THE VIGIL OF MAH MAY.

MAH MAY was a little Burmese girl who kept a small stall filled with cheroots in one of the crowded many-coloured streets of Rangoon. There she sat all through the sultry, languorous days smoking and waiting, with philosophical calm, for customers; now and then a great, big, well-fed looking Indian would stop and handle her goods, and, grumbling perhaps a little, would eventually buy; or a lean Chinaman, in baggy blue trousers, would pause and smile and talk awhile; or some little naked child would come and beg one for nothing; or the black coolies, their silver belts glittering in the sunlight, would cluster round and bargain and quarrel among themselves, perhaps, in the end, throwing her goods back to her with no very complimentary language; or a "Chetty,"[1] airily attired in scanty white muslin, his shaved head protected by a big cotton umbrella, would come and haggle over the annas as a poor Burman would never dream of doing; then, again, a well-to-do woman of her own race, dressed in silk, and with gold bracelets on her wrists, would purchase, but they were always, as Mah May used to say with a shake of her small head, the meanest of all.

She was a bright little girl, though very poor; often hungry, and always wretchedly clad.

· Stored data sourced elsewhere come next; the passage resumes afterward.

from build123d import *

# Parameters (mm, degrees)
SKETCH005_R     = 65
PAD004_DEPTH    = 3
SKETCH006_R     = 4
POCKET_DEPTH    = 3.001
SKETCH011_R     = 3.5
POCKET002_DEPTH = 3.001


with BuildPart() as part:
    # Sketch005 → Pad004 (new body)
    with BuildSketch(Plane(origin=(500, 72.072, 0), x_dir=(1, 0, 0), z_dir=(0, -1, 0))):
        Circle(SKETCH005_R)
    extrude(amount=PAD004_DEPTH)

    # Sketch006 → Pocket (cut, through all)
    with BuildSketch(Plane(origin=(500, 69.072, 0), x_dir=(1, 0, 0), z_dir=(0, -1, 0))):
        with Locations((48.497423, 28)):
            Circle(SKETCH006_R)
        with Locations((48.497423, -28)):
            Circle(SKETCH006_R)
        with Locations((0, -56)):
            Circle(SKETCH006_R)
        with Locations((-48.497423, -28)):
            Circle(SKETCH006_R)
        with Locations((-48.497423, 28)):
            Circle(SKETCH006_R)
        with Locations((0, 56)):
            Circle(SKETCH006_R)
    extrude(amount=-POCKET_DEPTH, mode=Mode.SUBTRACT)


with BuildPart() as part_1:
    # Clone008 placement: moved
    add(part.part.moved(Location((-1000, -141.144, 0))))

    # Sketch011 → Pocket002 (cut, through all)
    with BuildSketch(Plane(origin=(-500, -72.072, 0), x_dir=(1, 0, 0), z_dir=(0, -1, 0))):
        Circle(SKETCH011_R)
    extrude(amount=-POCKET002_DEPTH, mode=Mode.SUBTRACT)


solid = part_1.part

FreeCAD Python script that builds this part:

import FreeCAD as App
import Part
import Sketcher

V = App.Vector
Q = App.Units.Quantity

doc = App.newDocument("Part")
params = doc.addObject("Spreadsheet::Sheet", "Params")
for row, (alias, value) in enumerate([
    ("sketch1_diameter", "130 mm"),
    ("pad1_length", "3 mm"),
    ("sketch2_diameter", "8 mm"),
    ("sketch3_diameter", "7 mm"),
], start=1):
    params.set(f"A{row}", alias)
    params.set(f"B{row}", "=" + value)
    params.setAlias(f"B{row}", alias)

body = doc.addObject("PartDesign::Body", "Body")

sketch1 = doc.addObject("Sketcher::SketchObject", "Sketch")
body.addObject(sketch1)
sketch1.AttachmentSupport = (doc.XZ_Plane, [""])
sketch1.MapMode = "FlatFace"
sketch1.AttachmentOffset = App.Placement(V(0, 0, -72.072), App.Rotation())
sketch1.addGeometry(Part.Circle(V(500, 0, 0), V(0, 0, 1), 65), False)
sketch1.addConstraint([
    Sketcher.Constraint("PointOnObject", 0, 3, -1),
    Sketcher.Constraint("Diameter", 0, Q("130 mm")),
    Sketcher.Constraint("DistanceX", -1, 1, 0, 3, Q("500 mm")),
])
sketch1.setExpression("Constraints[1]", "Params.sketch1_diameter")
pad1 = doc.addObject("PartDesign::Pad", "Pad")
body.addObject(pad1)
pad1.Profile = sketch1
pad1.setExpression("Length", "Params.pad1_length")

sketch2 = doc.addObject("Sketcher::SketchObject", "Sketch001")
body.addObject(sketch2)
sketch2.AttachmentSupport = (doc.XZ_Plane, [""])
sketch2.MapMode = "FlatFace"
sketch2.AttachmentOffset = App.Placement(V(0, 0, -69.072), App.Rotation())
sketch2.addGeometry([
    Part.Circle(V(548.497423, 28, 0), V(0, 0, 1), 4),
    Part.Circle(V(548.497423, -28, 0), V(0, 0, 1), 4),
    Part.Circle(V(500, -56, 0), V(0, 0, 1), 4),
    Part.Circle(V(451.502577, -28, 0), V(0, 0, 1), 4),
    Part.Circle(V(451.502577, 28, 0), V(0, 0, 1), 4),
    Part.Circle(V(500, 56, 0), V(0, 0, 1), 4),
], False)
sketch2.addConstraint([
    Sketcher.Constraint("Equal", 0, 1),
    Sketcher.Constraint("Equal", 1, 2),
    Sketcher.Constraint("Equal", 2, 3),
    Sketcher.Constraint("Equal", 3, 4),
    Sketcher.Constraint("Equal", 4, 5),
    Sketcher.Constraint("Symmetric", 0, 3, 1, 3, -1),
    Sketcher.Constraint("Symmetric", 3, 3, 4, 3, -1),
    Sketcher.Constraint("Symmetric", 2, 3, 5, 3, -1),
    Sketcher.Constraint("Horizontal", 1, 3, 3, 3),
    Sketcher.Constraint("Diameter", 0, Q("8 mm")),
    Sketcher.Constraint("DistanceY", -1, 1, 0, 3, Q("28 mm")),
    Sketcher.Constraint("DistanceX", -1, 1, 2, 3, Q("500 mm")),
    Sketcher.Constraint("DistanceY", 2, 3, -1, 1, Q("56 mm")),
    Sketcher.Constraint("DistanceX", -1, 1, 0, 3, Q("548.497423 mm")),
    Sketcher.Constraint("DistanceX", -1, 1, 3, 3, Q("451.502577 mm")),
])
sketch2.setExpression("Constraints[9]", "Params.sketch2_diameter")
pocket1 = doc.addObject("PartDesign::Pocket", "Pocket")
body.addObject(pocket1)
pocket1.Profile = sketch2
pocket1.Type = "ThroughAll"
body2 = doc.addObject("PartDesign::Body", "Body001")
doc.recompute()

body.Placement = App.Placement(V(-1000, -141.144, 0), App.Rotation(V(0, 0, 1), 0))
boolean = doc.addObject("PartDesign::Boolean", "Boolean")
body2.addObject(boolean)
boolean.Type = "Fuse"
boolean.addObjects([body])

sketch3 = doc.addObject("Sketcher::SketchObject", "Sketch002")
body2.addObject(sketch3)
sketch3.AttachmentSupport = (doc.getObject("XZ_Plane001"), [""])
sketch3.MapMode = "FlatFace"
sketch3.AttachmentOffset = App.Placement(V(0, 0, 72.072), App.Rotation())
sketch3.addGeometry(Part.Circle(V(-500, 0, 0), V(0, 0, 1), 3.5), False)
sketch3.addConstraint([
    Sketcher.Constraint("PointOnObject", 0, 3, -1),
    Sketcher.Constraint("Diameter", 0, Q("7 mm")),
    Sketcher.Constraint("DistanceX", 0, 3, -1, 1, Q("500 mm")),
])
sketch3.setExpression("Constraints[1]", "Params.sketch3_diameter")
pocket2 = doc.addObject("PartDesign::Pocket", "Pocket001")
body2.addObject(pocket2)
pocket2.Profile = sketch3
pocket2.Type = "ThroughAll"

doc.recompute()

For two years past she had squatted behind her tray, in the hot, hard, cruel glare, when the sun beat on the flat-roofed white houses mercilessly; when even the river, with its forests of ships, seemed to cease to flow; when all things were gasping and weary and the gharry wallahs slept soundly, and the poor lean ponies tried to flick the flies off their backs with their tails; when the Indian shopkeepers stretched themselves on wooden beds just in the shadow of their door-ways and snored away, dreaming of rupees and curry; while only the pariah dogs scratched and smelt in the road for something to eat. No one stirred; the drowsy influence of the heat seemed universal. Or on the dull wet days, when the sky was clouded and rain poured down, soaking everything through and through, and the thin coloured dresses clung pitifully round their owners' dark forms, and nobody had time to think of buying as they passed on in the warm, damp, oppressive atmosphere. Still Mah May sat, no matter what the season, rolling her cheroots, cutting betel chews, and crooning some little song to herself. At mid-day she ate some rice, and got a draught of water from a pump not far distant. Often some one was kind, and gave her some fruit or a cake; oftener they were unkind, but oftener still they were indifferent.

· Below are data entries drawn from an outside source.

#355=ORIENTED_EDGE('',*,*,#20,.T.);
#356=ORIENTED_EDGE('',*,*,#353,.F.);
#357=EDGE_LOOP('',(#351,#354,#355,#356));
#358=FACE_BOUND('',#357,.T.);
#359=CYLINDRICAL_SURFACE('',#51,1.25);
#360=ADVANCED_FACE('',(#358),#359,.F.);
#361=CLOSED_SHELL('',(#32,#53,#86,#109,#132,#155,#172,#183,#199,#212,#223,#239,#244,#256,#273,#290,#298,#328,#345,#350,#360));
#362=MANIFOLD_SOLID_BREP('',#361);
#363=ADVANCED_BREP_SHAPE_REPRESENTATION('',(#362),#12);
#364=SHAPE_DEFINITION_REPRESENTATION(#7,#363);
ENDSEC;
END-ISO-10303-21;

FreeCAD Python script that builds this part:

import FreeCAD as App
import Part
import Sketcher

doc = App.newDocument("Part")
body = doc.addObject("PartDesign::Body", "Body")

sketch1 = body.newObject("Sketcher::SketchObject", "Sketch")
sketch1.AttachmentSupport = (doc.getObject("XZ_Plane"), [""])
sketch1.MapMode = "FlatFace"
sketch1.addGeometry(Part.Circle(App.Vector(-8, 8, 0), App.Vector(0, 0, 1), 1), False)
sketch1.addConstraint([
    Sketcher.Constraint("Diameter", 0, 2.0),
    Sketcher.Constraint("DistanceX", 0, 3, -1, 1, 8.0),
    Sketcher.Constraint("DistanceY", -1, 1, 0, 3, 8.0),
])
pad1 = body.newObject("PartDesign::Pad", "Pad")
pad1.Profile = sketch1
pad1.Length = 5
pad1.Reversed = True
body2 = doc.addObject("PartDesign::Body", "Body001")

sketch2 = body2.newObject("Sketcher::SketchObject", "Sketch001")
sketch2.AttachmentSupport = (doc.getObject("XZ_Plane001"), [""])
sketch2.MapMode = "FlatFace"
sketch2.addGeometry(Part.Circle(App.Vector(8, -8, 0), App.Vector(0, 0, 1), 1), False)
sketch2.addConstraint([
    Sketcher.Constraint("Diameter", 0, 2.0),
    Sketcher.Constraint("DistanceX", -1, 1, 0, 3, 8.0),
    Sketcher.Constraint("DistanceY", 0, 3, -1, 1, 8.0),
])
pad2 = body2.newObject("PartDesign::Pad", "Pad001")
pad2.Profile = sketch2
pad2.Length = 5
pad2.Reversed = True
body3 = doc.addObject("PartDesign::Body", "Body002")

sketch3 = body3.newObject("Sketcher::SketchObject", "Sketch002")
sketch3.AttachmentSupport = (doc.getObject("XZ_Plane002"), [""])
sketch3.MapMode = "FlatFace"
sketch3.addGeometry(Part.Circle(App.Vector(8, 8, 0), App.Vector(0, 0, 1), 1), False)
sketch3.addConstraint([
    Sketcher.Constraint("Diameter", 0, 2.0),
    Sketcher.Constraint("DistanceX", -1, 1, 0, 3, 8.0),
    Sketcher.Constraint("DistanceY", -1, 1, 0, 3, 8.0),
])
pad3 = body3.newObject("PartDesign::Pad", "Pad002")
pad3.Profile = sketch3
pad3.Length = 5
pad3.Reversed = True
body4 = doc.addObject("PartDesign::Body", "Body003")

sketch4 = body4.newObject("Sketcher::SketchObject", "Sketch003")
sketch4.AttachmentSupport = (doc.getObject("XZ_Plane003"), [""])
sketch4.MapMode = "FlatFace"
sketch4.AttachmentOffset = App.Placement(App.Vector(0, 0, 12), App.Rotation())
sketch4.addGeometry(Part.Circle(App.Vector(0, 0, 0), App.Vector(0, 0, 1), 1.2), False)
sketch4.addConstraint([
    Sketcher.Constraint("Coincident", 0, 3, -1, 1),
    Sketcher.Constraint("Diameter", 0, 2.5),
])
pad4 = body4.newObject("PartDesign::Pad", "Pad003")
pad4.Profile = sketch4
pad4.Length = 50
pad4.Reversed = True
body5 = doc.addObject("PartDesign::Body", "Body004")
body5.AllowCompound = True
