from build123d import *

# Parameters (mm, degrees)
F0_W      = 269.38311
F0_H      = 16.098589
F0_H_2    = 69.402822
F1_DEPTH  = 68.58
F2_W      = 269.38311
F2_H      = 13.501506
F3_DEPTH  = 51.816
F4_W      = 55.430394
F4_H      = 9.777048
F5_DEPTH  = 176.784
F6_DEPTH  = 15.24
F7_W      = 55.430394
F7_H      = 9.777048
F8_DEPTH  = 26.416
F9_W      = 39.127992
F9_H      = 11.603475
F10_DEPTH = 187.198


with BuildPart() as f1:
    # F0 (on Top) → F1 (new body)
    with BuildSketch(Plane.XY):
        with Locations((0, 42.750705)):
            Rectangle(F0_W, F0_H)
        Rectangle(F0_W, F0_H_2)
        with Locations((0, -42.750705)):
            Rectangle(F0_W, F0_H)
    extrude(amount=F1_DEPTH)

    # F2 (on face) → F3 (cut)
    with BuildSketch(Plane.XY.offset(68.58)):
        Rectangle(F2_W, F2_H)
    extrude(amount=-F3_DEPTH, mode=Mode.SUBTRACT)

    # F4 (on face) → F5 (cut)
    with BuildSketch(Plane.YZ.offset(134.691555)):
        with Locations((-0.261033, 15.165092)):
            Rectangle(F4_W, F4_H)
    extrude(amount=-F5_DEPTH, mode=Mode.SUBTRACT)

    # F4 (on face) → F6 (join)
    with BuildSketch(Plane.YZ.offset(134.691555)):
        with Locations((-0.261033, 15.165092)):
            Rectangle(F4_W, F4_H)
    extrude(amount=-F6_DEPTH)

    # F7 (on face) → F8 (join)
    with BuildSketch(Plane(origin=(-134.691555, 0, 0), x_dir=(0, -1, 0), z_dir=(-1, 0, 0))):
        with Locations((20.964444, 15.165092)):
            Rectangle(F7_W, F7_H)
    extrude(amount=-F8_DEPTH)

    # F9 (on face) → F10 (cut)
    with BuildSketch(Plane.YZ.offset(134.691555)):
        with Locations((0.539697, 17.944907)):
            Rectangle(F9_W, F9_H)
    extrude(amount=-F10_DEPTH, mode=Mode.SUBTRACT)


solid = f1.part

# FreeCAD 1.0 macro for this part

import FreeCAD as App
import Part
import Sketcher

V = App.Vector
Q = App.Units.Quantity


def add_polygon(sketch, points):
    """Adds a closed chain of lines whose ends are joined by coincident constraints."""
    first, n = sketch.GeometryCount, len(points)
    for a, b in zip(points, points[1:] + points[:1]):
        sketch.addGeometry(Part.LineSegment(App.Vector(*a, 0), App.Vector(*b, 0)), False)
    for i in range(n):
        sketch.addConstraint(Sketcher.Constraint("Coincident", first + i, 2, first + (i + 1) % n, 1))

doc = App.newDocument("Part")
body = doc.addObject("PartDesign::Body", "Body")

# Sketch on XY plane
sketch1 = body.newObject("Sketcher::SketchObject", "Sketch")
sketch1.AttachmentSupport = (doc.getObject("XY_Plane"), [""])
sketch1.MapMode = "FlatFace"
add_polygon(sketch1, [(-134.691555, -50.799999), (134.691555, -50.799999), (134.691555, 50.799999), (-134.691555, 50.799999)])  # lines 0-3
sketch1.addConstraint(Sketcher.Constraint("Horizontal", 0))
sketch1.addConstraint(Sketcher.Constraint("Vertical", 1))
sketch1.addConstraint(Sketcher.Constraint("Horizontal", 2))
sketch1.addConstraint(Sketcher.Constraint("Vertical", 3))
sketch1.addConstraint(Sketcher.Constraint("Symmetric", 0, 2, 2, 2, -1, 1))
sketch1.addConstraint(Sketcher.Constraint("DistanceY", 1, 1, 1, 2, Q("4 in")))
sketch1.addConstraint(Sketcher.Constraint("DistanceX", 0, 1, 0, 2, 269.38311))
pad1 = body.newObject("PartDesign::Pad", "Pad")
pad1.Profile = sketch1
pad1.Length = Q("2.7 in")

# Sketch on XY plane
sketch2 = body.newObject("Sketcher::SketchObject", "Sketch001")
sketch2.AttachmentSupport = (doc.getObject("XY_Plane"), [""])
sketch2.MapMode = "FlatFace"
sketch2.AttachmentOffset = App.Placement(V(0, 0, 2.7 * 25.4), App.Rotation())
add_polygon(sketch2, [(-134.691555, 6.750753), (-134.691555, -6.750753), (134.691555, -6.750753), (134.691555, 6.750753)])  # lines 0-3
sketch2.addConstraint(Sketcher.Constraint("Vertical", 0))
sketch2.addConstraint(Sketcher.Constraint("Horizontal", 1))
sketch2.addConstraint(Sketcher.Constraint("Vertical", 2))
sketch2.addConstraint(Sketcher.Constraint("Horizontal", 3))
sketch2.addConstraint(Sketcher.Constraint("Symmetric", 0, 2, 2, 2, -1, 1))
sketch2.addConstraint(Sketcher.Constraint("DistanceX", 1, 1, 1, 2, 269.38311))
sketch2.addConstraint(Sketcher.Constraint("DistanceY", 0, 2, 0, 1, 13.501506))
pocket1 = body.newObject("PartDesign::Pocket", "Pocket")
pocket1.Profile = sketch2
pocket1.Length = Q("2.04 in")

# Sketch on YZ plane
sketch3 = body.newObject("Sketcher::SketchObject", "Sketch002")
sketch3.AttachmentSupport = (doc.getObject("YZ_Plane"), [""])
sketch3.MapMode = "FlatFace"
sketch3.AttachmentOffset = App.Placement(V(0, 0, 134.691555), App.Rotation())
add_polygon(sketch3, [(-27.97623, 20.053616), (-27.97623, 10.276568), (27.454164, 10.276568), (27.454164, 20.053616)])  # lines 0-3
sketch3.addConstraint(Sketcher.Constraint("Vertical", 0))
sketch3.addConstraint(Sketcher.Constraint("Horizontal", 1))
sketch3.addConstraint(Sketcher.Constraint("Vertical", 2))
sketch3.addConstraint(Sketcher.Constraint("Horizontal", 3))
sketch3.addConstraint(Sketcher.Constraint("DistanceY", 0, 2, 0, 1, 9.777048))
sketch3.addConstraint(Sketcher.Constraint("DistanceX", 1, 1, 1, 2, 55.430394))
sketch3.addConstraint(Sketcher.Constraint("DistanceX", 0, 2, -1, 1, 27.97623))
sketch3.addConstraint(Sketcher.Constraint("DistanceY", -1, 1, 0, 2, 10.276568))
pocket2 = body.newObject("PartDesign::Pocket", "Pocket001")
pocket2.Profile = sketch3
pocket2.Length = Q("6.96 in")

# Sketch on YZ plane
sketch4 = body.newObject("Sketcher::SketchObject", "Sketch003")
sketch4.AttachmentSupport = (doc.getObject("YZ_Plane"), [""])
sketch4.MapMode = "FlatFace"
sketch4.AttachmentOffset = App.Placement(V(0, 0, 134.691555), App.Rotation())
add_polygon(sketch4, [(-27.97623, 20.053616), (-27.97623, 10.276568), (27.454164, 10.276568), (27.454164, 20.053616)])  # lines 0-3
sketch4.addConstraint(Sketcher.Constraint("Vertical", 0))
sketch4.addConstraint(Sketcher.Constraint("Horizontal", 1))
sketch4.addConstraint(Sketcher.Constraint("Vertical", 2))
sketch4.addConstraint(Sketcher.Constraint("Horizontal", 3))
sketch4.addConstraint(Sketcher.Constraint("DistanceY", 0, 2, 0, 1, 9.777048))
sketch4.addConstraint(Sketcher.Constraint("DistanceX", 1, 1, 1, 2, 55.430394))
sketch4.addConstraint(Sketcher.Constraint("DistanceX", 0, 2, -1, 1, 27.97623))
sketch4.addConstraint(Sketcher.Constraint("DistanceY", -1, 1, 0, 2, 10.276568))
pad2 = body.newObject("PartDesign::Pad", "Pad001")
pad2.Profile = sketch4
pad2.Length = Q("0.6 in")
pad2.Reversed = True

# Sketch on YZ plane
sketch5 = body.newObject("Sketcher::SketchObject", "Sketch004")
sketch5.AttachmentSupport = (doc.getObject("YZ_Plane"), [""])
sketch5.MapMode = "FlatFace"
sketch5.AttachmentOffset = App.Placement(V(0, 0, -134.691555), App.Rotation())
add_polygon(sketch5, [(6.750753, 20.053616), (6.750753, 10.276568), (-48.679641, 10.276568), (-48.679641, 20.053616)])  # lines 0-3
sketch5.addConstraint(Sketcher.Constraint("Vertical", 0))
sketch5.addConstraint(Sketcher.Constraint("Horizontal", 1))
sketch5.addConstraint(Sketcher.Constraint("Vertical", 2))
sketch5.addConstraint(Sketcher.Constraint("Horizontal", 3))
sketch5.addConstraint(Sketcher.Constraint("DistanceY", 0, 2, 0, 1, 9.777048))
sketch5.addConstraint(Sketcher.Constraint("DistanceX", 1, 2, 1, 1, 55.430394))
sketch5.addConstraint(Sketcher.Constraint("DistanceX", 1, 2, -1, 1, 48.679641))
sketch5.addConstraint(Sketcher.Constraint("DistanceY", -1, 1, 0, 2, 10.276568))
pad3 = body.newObject("PartDesign::Pad", "Pad002")
pad3.Profile = sketch5
pad3.Length = Q("1.04 in")

# Sketch on YZ plane
sketch6 = body.newObject("Sketcher::SketchObject", "Sketch005")
sketch6.AttachmentSupport = (doc.getObject("YZ_Plane"), [""])
sketch6.MapMode = "FlatFace"
sketch6.AttachmentOffset = App.Placement(V(0, 0, 134.691555), App.Rotation())
add_polygon(sketch6, [(-19.024299, 23.746644), (-19.024299, 12.14317), (20.103693, 12.14317), (20.103693, 23.746644)])  # lines 0-3
sketch6.addConstraint(Sketcher.Constraint("Vertical", 0))
sketch6.addConstraint(Sketcher.Constraint("Horizontal", 1))
sketch6.addConstraint(Sketcher.Constraint("Vertical", 2))
sketch6.addConstraint(Sketcher.Constraint("Horizontal", 3))
sketch6.addConstraint(Sketcher.Constraint("DistanceX", 0, 2, -1, 1, 19.024299))
sketch6.addConstraint(Sketcher.Constraint("DistanceX", 1, 1, 1, 2, 39.127992))
sketch6.addConstraint(Sketcher.Constraint("DistanceY", 0, 2, 0, 1, 11.603475))
sketch6.addConstraint(Sketcher.Constraint("DistanceY", -1, 1, 0, 2, 12.14317))
pocket3 = body.newObject("PartDesign::Pocket", "Pocket002")
pocket3.Profile = sketch6
pocket3.Length = Q("7.37 in")

doc.recompute()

It was a hard life—very, and she was only seventeen. Yet was she content. Nature had been her nurse. The sun and the rain had made her what she was—a hardy, honest, upright little soul, envying and hating no one.

When the shadows grew long and the green shutters of the shops closed, Mah May rolled up her wares and wended her way homewards through the noisy, many-hued crowds to a miserable wooden hut, which stood in dirty yellow water, spanned by a rotten plank, and was situated in one of the poorest and most squalid quarters of the town—a quarter in which poverty, in its most hideous form, stalked. Half-clothed men, women and children of all ages, dwelt together there, and kept life in them as best they could.

In the huts there was scarce one piece of furniture, save perhaps a bed or a roll of matting or a ragged purdah.

The scorpions, the white ants, and the great toads held high revel. Amidst rows, hard words, evil things, cries of little children, and growls of half-starved dogs Mah May dwelt, and was happy.

She did not know of any better life than hers. The day passed in the fresh air under the changeless azure of the skies and the night curled up in a corner of the hut, with the purple stars looking down through some chink in the roof; and knowing of any other, it is doubtful if she would have cared to exchange.

Mah Khine, a black-browed woman whom Mah May had lived with as long as she could remember, was very good and kind to her in her own way; but she had many children tugging at her skirt, and her life was a very hard one. She was married to an Indian who had nearly all the faults of his by no means faultless race; his past had been bad, his present was even more so.